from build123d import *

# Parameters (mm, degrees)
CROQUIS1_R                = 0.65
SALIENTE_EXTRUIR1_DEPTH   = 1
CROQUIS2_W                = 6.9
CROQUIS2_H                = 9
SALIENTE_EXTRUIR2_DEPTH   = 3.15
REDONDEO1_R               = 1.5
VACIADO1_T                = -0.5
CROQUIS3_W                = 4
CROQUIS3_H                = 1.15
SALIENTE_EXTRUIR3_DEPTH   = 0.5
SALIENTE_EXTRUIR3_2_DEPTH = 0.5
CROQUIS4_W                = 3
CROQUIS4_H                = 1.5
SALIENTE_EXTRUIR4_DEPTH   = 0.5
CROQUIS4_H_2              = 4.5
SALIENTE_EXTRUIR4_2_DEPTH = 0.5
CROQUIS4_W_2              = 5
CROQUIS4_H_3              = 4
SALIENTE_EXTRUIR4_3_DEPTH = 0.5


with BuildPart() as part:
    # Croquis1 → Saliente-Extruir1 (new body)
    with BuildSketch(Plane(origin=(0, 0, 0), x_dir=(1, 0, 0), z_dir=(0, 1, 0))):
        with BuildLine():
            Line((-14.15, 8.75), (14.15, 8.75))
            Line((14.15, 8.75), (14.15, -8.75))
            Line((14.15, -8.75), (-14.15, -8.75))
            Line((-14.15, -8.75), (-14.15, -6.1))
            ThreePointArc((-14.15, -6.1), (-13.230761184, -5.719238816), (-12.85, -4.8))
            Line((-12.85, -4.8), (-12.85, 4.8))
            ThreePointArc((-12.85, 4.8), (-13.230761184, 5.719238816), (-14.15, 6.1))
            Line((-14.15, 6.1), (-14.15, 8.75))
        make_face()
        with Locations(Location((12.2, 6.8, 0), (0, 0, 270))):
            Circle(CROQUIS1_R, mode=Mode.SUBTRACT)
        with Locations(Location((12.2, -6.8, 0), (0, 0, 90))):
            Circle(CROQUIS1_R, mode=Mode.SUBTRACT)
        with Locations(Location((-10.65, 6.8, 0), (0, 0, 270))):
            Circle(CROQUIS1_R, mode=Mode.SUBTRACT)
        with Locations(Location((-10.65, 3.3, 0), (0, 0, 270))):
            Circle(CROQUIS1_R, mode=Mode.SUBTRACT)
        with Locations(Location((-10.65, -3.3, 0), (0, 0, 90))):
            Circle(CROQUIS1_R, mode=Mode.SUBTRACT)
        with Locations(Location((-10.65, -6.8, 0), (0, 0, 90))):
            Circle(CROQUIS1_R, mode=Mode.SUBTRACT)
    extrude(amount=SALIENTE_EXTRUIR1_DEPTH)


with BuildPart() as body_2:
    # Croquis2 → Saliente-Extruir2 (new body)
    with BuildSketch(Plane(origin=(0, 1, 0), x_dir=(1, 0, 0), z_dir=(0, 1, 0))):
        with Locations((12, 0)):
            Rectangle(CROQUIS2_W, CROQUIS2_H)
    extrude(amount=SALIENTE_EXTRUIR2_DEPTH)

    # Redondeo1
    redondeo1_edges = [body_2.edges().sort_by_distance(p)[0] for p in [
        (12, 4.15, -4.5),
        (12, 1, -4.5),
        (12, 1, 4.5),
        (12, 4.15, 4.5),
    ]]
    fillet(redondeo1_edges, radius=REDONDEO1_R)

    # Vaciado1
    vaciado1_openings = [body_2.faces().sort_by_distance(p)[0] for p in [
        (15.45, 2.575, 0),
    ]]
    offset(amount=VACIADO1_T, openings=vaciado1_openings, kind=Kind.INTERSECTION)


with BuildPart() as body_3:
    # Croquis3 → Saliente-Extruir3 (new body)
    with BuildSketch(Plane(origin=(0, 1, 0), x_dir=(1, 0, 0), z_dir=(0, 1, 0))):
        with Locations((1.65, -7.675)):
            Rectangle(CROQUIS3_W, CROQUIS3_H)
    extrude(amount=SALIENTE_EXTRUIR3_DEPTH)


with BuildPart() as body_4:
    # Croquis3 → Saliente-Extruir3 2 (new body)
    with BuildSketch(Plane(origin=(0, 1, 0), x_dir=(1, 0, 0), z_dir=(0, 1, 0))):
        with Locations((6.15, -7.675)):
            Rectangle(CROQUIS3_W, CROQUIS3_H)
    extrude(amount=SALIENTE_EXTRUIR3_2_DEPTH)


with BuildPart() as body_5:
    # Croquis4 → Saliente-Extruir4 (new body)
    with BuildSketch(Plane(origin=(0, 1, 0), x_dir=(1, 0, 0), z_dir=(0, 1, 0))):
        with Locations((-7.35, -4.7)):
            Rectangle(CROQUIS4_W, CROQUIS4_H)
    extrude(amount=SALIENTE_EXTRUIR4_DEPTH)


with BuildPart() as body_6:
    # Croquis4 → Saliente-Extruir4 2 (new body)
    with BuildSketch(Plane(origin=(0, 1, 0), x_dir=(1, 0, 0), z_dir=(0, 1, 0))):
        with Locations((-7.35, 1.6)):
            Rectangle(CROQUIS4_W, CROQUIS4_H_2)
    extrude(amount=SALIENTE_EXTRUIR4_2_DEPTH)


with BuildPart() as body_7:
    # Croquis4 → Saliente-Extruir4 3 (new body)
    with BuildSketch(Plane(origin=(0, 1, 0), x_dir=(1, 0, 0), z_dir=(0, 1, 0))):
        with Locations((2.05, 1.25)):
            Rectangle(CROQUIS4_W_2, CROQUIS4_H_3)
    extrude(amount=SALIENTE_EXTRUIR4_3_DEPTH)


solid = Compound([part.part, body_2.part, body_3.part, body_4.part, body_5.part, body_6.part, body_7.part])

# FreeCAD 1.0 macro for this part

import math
import FreeCAD as App
import Part
import Sketcher

V = App.Vector


def edges_at(feature, points):
    """Names of the edges that pass closest to the given points."""
    edges = feature.Shape.Edges
    near = lambda p: min(range(len(edges)), key=lambda i: edges[i].distToShape(Part.Vertex(*p))[0])
    return sorted({f"Edge{near(p) + 1}" for p in points})


def faces_at(feature, points):
    """Names of the faces that lie closest to the given points."""
    faces = feature.Shape.Faces
    near = lambda p: min(range(len(faces)), key=lambda i: faces[i].distToShape(Part.Vertex(*p))[0])
    return sorted({f"Face{near(p) + 1}" for p in points})

doc = App.newDocument("Part")
body = doc.addObject("PartDesign::Body", "Body")

# Sketch on XZ plane
sketch1 = body.newObject("Sketcher::SketchObject", "Sketch")
sketch1.AttachmentSupport = (doc.getObject("XZ_Plane"), [""])
sketch1.MapMode = "FlatFace"
sketch1.addGeometry(Part.LineSegment(V(14.15, -8.75, 0), V(-14.15, -8.75, 0)), False)
sketch1.addGeometry(Part.LineSegment(V(-14.15, -8.75, 0), V(-14.15, -6.1, 0)), False)
sketch1.addGeometry(Part.ArcOfCircle(Part.Circle(V(-14.15, -4.8, 0), V(0, 0, 1), 1.3), math.radians(-90), math.radians(0)), False)
sketch1.addGeometry(Part.LineSegment(V(-12.85, -4.8, 0), V(-12.85, 4.8, 0)), False)
sketch1.addGeometry(Part.ArcOfCircle(Part.Circle(V(-14.15, 4.8, 0), V(0, 0, 1), 1.3), math.radians(0), math.radians(90)), False)
sketch1.addGeometry(Part.LineSegment(V(-14.15, 6.1, 0), V(-14.15, 8.75, 0)), False)
sketch1.addGeometry(Part.LineSegment(V(-14.15, 8.75, 0), V(14.15, 8.75, 0)), False)
sketch1.addGeometry(Part.LineSegment(V(14.15, 8.75, 0), V(14.15, -8.75, 0)), False)
sketch1.addGeometry(Part.Circle(V(12.2, 6.8, 0), V(0, 0, 1), 0.65), False)
sketch1.addGeometry(Part.Circle(V(-10.65, 6.8, 0), V(0, 0, 1), 0.65), False)
sketch1.addGeometry(Part.Circle(V(-10.65, 3.3, 0), V(0, 0, 1), 0.65), False)
sketch1.addGeometry(Part.Circle(V(12.2, -6.8, 0), V(0, 0, 1), 0.65), False)
sketch1.addGeometry(Part.Circle(V(-10.65, -3.3, 0), V(0, 0, 1), 0.65), False)
sketch1.addGeometry(Part.Circle(V(-10.65, -6.8, 0), V(0, 0, 1), 0.65), False)
sketch1.addConstraint(Sketcher.Constraint("Coincident", 0, 2, 1, 1))
sketch1.addConstraint(Sketcher.Constraint("Coincident", 1, 2, 2, 1))
sketch1.addConstraint(Sketcher.Constraint("Tangent", 2, 2, 3, 1))
sketch1.addConstraint(Sketcher.Constraint("Tangent", 3, 2, 4, 1))
sketch1.addConstraint(Sketcher.Constraint("Coincident", 4, 2, 5, 1))
sketch1.addConstraint(Sketcher.Constraint("Coincident", 5, 2, 6, 1))
sketch1.addConstraint(Sketcher.Constraint("Coincident", 6, 2, 7, 1))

◇ ◇ ◇ ◇

■ WHAT TO PRODUCE ■
Given the records above, restate word for word only the lines starting at the one with "Line((14.15, 8.75), (14.15, -8.75))" and ending at the one with "-5.719238816), (-12.85, -4.8))".

■ YOUR SOLUTION ■
            Line((14.15, 8.75), (14.15, -8.75))
            Line((14.15, -8.75), (-14.15, -8.75))
            Line((-14.15, -8.75), (-14.15, -6.1))
            ThreePointArc((-14.15, -6.1), (-13.230761184, -5.719238816), (-12.85, -4.8))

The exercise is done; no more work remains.